Using in-cell SHAPE-Seq and simulations to probe structure-function design principles of RNA transcriptional regulators.

Antisense RNA-mediated transcriptional regulators are powerful tools for controlling gene expression and creating synthetic gene networks. RNA transcriptional repressors derived from natural mechanisms called attenuators are particularly versatile, though their mechanistic complexity has made them difficult to engineer. Here we identify a new structure-function design principle for attenuators that enables the forward engineering of new RNA transcriptional repressors. Using in-cell SHAPE-Seq to characterize the structures of attenuator variants within Escherichia coli, we show that attenuator hairpins that facilitate interaction with antisense RNAs require interior loops for proper function. Molecular dynamics simulations of these attenuator variants suggest these interior loops impart structural flexibility. We further observe hairpin flexibility in the cellular structures of natural RNA mechanisms that use antisense RNA interactions to repress translation, confirming earlier results from in vitro studies. Finally, we design new transcriptional attenuators in silico using an interior loop as a structural requirement and show that they function as desired in vivo. This work establishes interior loops as an important structural element for designing synthetic RNA gene regulators. We anticipate that the coupling of experimental measurement of cellular RNA structure and function with computational modeling will enable rapid discovery of structure-function design principles for a diverse array of natural and synthetic RNA regulators.

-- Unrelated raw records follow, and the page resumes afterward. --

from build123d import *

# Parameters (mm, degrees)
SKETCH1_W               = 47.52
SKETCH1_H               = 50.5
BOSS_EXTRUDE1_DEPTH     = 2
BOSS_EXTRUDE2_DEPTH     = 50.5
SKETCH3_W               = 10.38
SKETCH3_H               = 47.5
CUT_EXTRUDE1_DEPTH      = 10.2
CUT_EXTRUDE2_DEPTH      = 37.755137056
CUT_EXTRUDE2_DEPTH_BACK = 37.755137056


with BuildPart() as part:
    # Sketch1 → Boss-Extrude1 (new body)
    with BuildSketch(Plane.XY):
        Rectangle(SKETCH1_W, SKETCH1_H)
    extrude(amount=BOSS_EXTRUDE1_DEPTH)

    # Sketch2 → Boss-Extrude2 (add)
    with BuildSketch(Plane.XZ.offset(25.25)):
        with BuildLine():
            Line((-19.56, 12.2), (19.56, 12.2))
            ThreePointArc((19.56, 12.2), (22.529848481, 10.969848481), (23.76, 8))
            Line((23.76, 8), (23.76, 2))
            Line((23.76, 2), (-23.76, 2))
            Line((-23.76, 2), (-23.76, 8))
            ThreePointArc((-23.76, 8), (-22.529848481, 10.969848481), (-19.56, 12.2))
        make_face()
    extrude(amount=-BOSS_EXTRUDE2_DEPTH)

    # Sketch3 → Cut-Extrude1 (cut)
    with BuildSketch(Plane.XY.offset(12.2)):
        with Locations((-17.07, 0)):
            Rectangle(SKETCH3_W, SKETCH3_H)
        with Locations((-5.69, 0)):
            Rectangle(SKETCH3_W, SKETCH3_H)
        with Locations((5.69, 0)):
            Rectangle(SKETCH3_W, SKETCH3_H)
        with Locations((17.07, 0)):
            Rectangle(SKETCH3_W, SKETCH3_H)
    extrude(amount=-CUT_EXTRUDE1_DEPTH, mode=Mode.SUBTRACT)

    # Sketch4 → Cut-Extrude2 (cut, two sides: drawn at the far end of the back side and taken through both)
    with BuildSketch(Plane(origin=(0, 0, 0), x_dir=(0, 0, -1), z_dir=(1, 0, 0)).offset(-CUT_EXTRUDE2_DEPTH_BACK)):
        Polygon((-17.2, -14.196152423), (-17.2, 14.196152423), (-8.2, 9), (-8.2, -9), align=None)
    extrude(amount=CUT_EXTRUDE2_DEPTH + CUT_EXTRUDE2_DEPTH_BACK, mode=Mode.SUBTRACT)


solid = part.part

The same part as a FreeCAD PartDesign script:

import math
import FreeCAD as App
import Part
import Sketcher
from FreeCAD import Vector
Q = App.Units.Quantity


def add_polygon(sketch, points):
    """Adds a closed chain of lines whose ends are joined by coincident constraints."""
    first, n = sketch.GeometryCount, len(points)
    for a, b in zip(points, points[1:] + points[:1]):
        sketch.addGeometry(Part.LineSegment(App.Vector(*a, 0), App.Vector(*b, 0)), False)
    for i in range(n):
        sketch.addConstraint(Sketcher.Constraint("Coincident", first + i, 2, first + (i + 1) % n, 1))

doc = App.newDocument("Part")
body = doc.addObject("PartDesign::Body", "Body")

# Sketch on XY plane
sketch1 = body.newObject("Sketcher::SketchObject", "Sketch")
sketch1.AttachmentSupport = (doc.getObject("XY_Plane"), [""])
sketch1.MapMode = "FlatFace"
add_polygon(sketch1, [(-24, 25), (-24, -25), (24, -25), (24, 25)])  # lines 0-3
sketch1.addConstraint(Sketcher.Constraint("Vertical", 0))
sketch1.addConstraint(Sketcher.Constraint("Horizontal", 1))
sketch1.addConstraint(Sketcher.Constraint("Vertical", 2))
sketch1.addConstraint(Sketcher.Constraint("Horizontal", 3))
sketch1.addConstraint(Sketcher.Constraint("Symmetric", 0, 2, 2, 2, -1, 1))
sketch1.addConstraint(Sketcher.Constraint("DistanceY", 0, 2, 0, 1, 50.5))
sketch1.addConstraint(Sketcher.Constraint("DistanceX", 1, 1, 1, 2, 47.52))
pad1 = body.newObject("PartDesign::Pad", "Pad")
pad1.Profile = sketch1
pad1.Length = 2

# Sketch on XZ plane
sketch2 = body.newObject("Sketcher::SketchObject", "Sketch001")
sketch2.AttachmentSupport = (doc.getObject("XZ_Plane"), [""])
sketch2.MapMode = "FlatFace"
sketch2.AttachmentOffset = App.Placement(Vector(0, 0, 25.25), App.Rotation())
sketch2.addGeometry(Part.LineSegment(Vector(19.6, 12.2, 0), Vector(-19.6, 12.2, 0)), False)
sketch2.addGeometry(Part.ArcOfCircle(Part.Circle(Vector(-19.6, 8, 0), Vector(0, 0, 1), 4.2), math.radians(90), math.radians(180)), False)
sketch2.addGeometry(Part.LineSegment(Vector(-23.8, 8, 0), Vector(-23.8, 2, 0)), False)
sketch2.addGeometry(Part.LineSegment(Vector(-23.8, 2, 0), Vector(23.8, 2, 0)), False)
sketch2.addGeometry(Part.LineSegment(Vector(23.8, 2, 0), Vector(23.8, 8, 0)), False)
sketch2.addGeometry(Part.ArcOfCircle(Part.Circle(Vector(19.6, 8, 0), Vector(0, 0, 1), 4.2), math.radians(0), math.radians(90)), False)
sketch2.addConstraint(Sketcher.Constraint("Tangent", 0, 2, 1, 1))
sketch2.addConstraint(Sketcher.Constraint("Tangent", 1, 2, 2, 1))
sketch2.addConstraint(Sketcher.Constraint("Coincident", 2, 2, 3, 1))
sketch2.addConstraint(Sketcher.Constraint("Coincident", 3, 2, 4, 1))
sketch2.addConstraint(Sketcher.Constraint("Tangent", 4, 2, 5, 1))
sketch2.addConstraint(Sketcher.Constraint("Tangent", 5, 2, 0, 1))
sketch2.addConstraint(Sketcher.Constraint("Horizontal", 0))
sketch2.addConstraint(Sketcher.Constraint("Vertical", 2))
sketch2.addConstraint(Sketcher.Constraint("Horizontal", 3))
sketch2.addConstraint(Sketcher.Constraint("Vertical", 4))
sketch2.addConstraint(Sketcher.Constraint("Equal", 1, 5))
sketch2.addConstraint(Sketcher.Constraint("Radius", 1, 4.2))
sketch2.addConstraint(Sketcher.Constraint("DistanceY", 2, 2, 2, 1, 6.0))
sketch2.addConstraint(Sketcher.Constraint("DistanceY", -1, 1, 1, 3, 8.0))
sketch2.addConstraint(Sketcher.Constraint("DistanceX", 0, 2, 0, 1, 39.12))
sketch2.addConstraint(Sketcher.Constraint("DistanceX", 1, 3, -1, 1, 19.56))
pad2 = body.newObject("PartDesign::Pad", "Pad001")
pad2.Profile = sketch2
pad2.Length = 50.5
pad2.Reversed = True

# Sketch on XY plane
sketch3 = body.newObject("Sketcher::SketchObject", "Sketch002")
sketch3.AttachmentSupport = (doc.getObject("XY_Plane"), [""])
sketch3.MapMode = "FlatFace"
sketch3.AttachmentOffset = App.Placement(Vector(0, 0, 12.2), App.Rotation())
add_polygon(sketch3, [(-22, 24), (-22, -24), (-12, -24), (-12, 24)])  # lines 0-3
add_polygon(sketch3, [(-11, 24), (-11, -24), (0, -24), (0, 24)])  # lines 4-7
add_polygon(sketch3, [(0, 24), (0, -24), (11, -24), (11, 24)])  # lines 8-11
add_polygon(sketch3, [(12, 24), (12, -24), (22, -24), (22, 24)])  # lines 12-15
sketch3.addConstraint(Sketcher.Constraint("Vertical", 0))
sketch3.addConstraint(Sketcher.Constraint("Horizontal", 1))
sketch3.addConstraint(Sketcher.Constraint("Vertical", 2))
sketch3.addConstraint(Sketcher.Constraint("Horizontal", 3))
sketch3.addConstraint(Sketcher.Constraint("Vertical", 4))
sketch3.addConstraint(Sketcher.Constraint("Horizontal", 5))
sketch3.addConstraint(Sketcher.Constraint("Vertical", 6))
sketch3.addConstraint(Sketcher.Constraint("Horizontal", 7))
sketch3.addConstraint(Sketcher.Constraint("Vertical", 8))
sketch3.addConstraint(Sketcher.Constraint("Horizontal", 9))
sketch3.addConstraint(Sketcher.Constraint("Vertical", 10))
sketch3.addConstraint(Sketcher.Constraint("Horizontal", 11))
sketch3.addConstraint(Sketcher.Constraint("Vertical", 12))
sketch3.addConstraint(Sketcher.Constraint("Horizontal", 13))
sketch3.addConstraint(Sketcher.Constraint("Vertical", 14))
sketch3.addConstraint(Sketcher.Constraint("Horizontal", 15))
sketch3.addConstraint(Sketcher.Constraint("Symmetric", 6, 2, 8, 2, -1, 1))
sketch3.addConstraint(Sketcher.Constraint("Symmetric", 4, 2, 10, 2, -1, 1))
sketch3.addConstraint(Sketcher.Constraint("Symmetric", 2, 2, 12, 2, -1, 1))
sketch3.addConstraint(Sketcher.Constraint("Symmetric", 0, 2, 14, 2, -1, 1))
sketch3.addConstraint(Sketcher.Constraint("Horizontal", 1, 2, 4, 2))
sketch3.addConstraint(Sketcher.Constraint("Horizontal", 3, 2, 6, 2))
sketch3.addConstraint(Sketcher.Constraint("Horizontal", 5, 2, 8, 2))
sketch3.addConstraint(Sketcher.Constraint("Equal", 3, 5))
sketch3.addConstraint(Sketcher.Constraint("DistanceY", 0, 2, 0, 1, 47.5))
sketch3.addConstraint(Sketcher.Constraint("DistanceX", 1, 2, 4, 2, 1.0))
sketch3.addConstraint(Sketcher.Constraint("DistanceX", 5, 2, 8, 2, 1.0))
sketch3.addConstraint(Sketcher.Constraint("DistanceX", 1, 1, 1, 2, 10.38))
pocket1 = body.newObject("PartDesign::Pocket", "Pocket")
pocket1.Profile = sketch3
pocket1.Length = 10.2

# Sketch on YZ plane
sketch4 = body.newObject("Sketcher::SketchObject", "Sketch003")
sketch4.AttachmentSupport = (doc.getObject("YZ_Plane"), [""])
sketch4.MapMode = "FlatFace"
add_polygon(sketch4, [(14, 17), (-14, 17), (-9, 8), (9, 8)])  # lines 0-3
sketch4.addConstraint(Sketcher.Constraint("Horizontal", 0))
sketch4.addConstraint(Sketcher.Constraint("Horizontal", 2))
sketch4.addConstraint(Sketcher.Constraint("Equal", 1, 3))
sketch4.addConstraint(Sketcher.Constraint("DistanceX", 2, 1, 2, 2, 18.0))
sketch4.addConstraint(Sketcher.Constraint("Angle", 1, Q("-60 deg")))
sketch4.addConstraint(Sketcher.Constraint("DistanceX", 1, 2, -1, 1, 9.0))
sketch4.addConstraint(Sketcher.Constraint("DistanceY", 1, 2, 0, 2, 9.0))
sketch4.addConstraint(Sketcher.Constraint("DistanceY", -1, 1, 0, 2, 17.2))
pocket2 = body.newObject("PartDesign::Pocket", "Pocket001")
pocket2.Profile = sketch4
pocket2.Type = "ThroughAll"
pocket2.Midplane = True

doc.recompute()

Simultaneous characterization of cellular RNA structure and function with in-cell SHAPE-Seq.

Many non-coding RNAs form structures that interact with cellular machinery to control gene expression. A central goal of molecular and synthetic biology is to uncover design principles linking RNA structure to function to understand and engineer this relationship. Here we report a simple, high-throughput method called in-cell SHAPE-Seq that combines in-cell probing of RNA structure with a measurement of gene expression to simultaneously characterize RNA structure and function in bacterial cells. We use in-cell SHAPE-Seq to study the structure-function relationship of two RNA mechanisms that regulate translation in Escherichia coli. We find that nucleotides that participate in RNA-RNA interactions are highly accessible when their binding partner is absent and that changes in RNA structure due to RNA-RNA interactions can be quantitatively correlated to changes in gene expression. We also characterize the cellular structures of three endogenously expressed non-coding RNAs: 5S rRNA, RNase P and the btuB riboswitch. Finally, a comparison between in-cell and in vitro folded RNA structures revealed remarkable similarities for synthetic RNAs, but significant differences for RNAs that participate in complex cellular interactions. Thus, in-cell SHAPE-Seq represents an easily approachable tool for biologists and engineers to uncover relationships between sequence, structure and function of RNAs in the cell.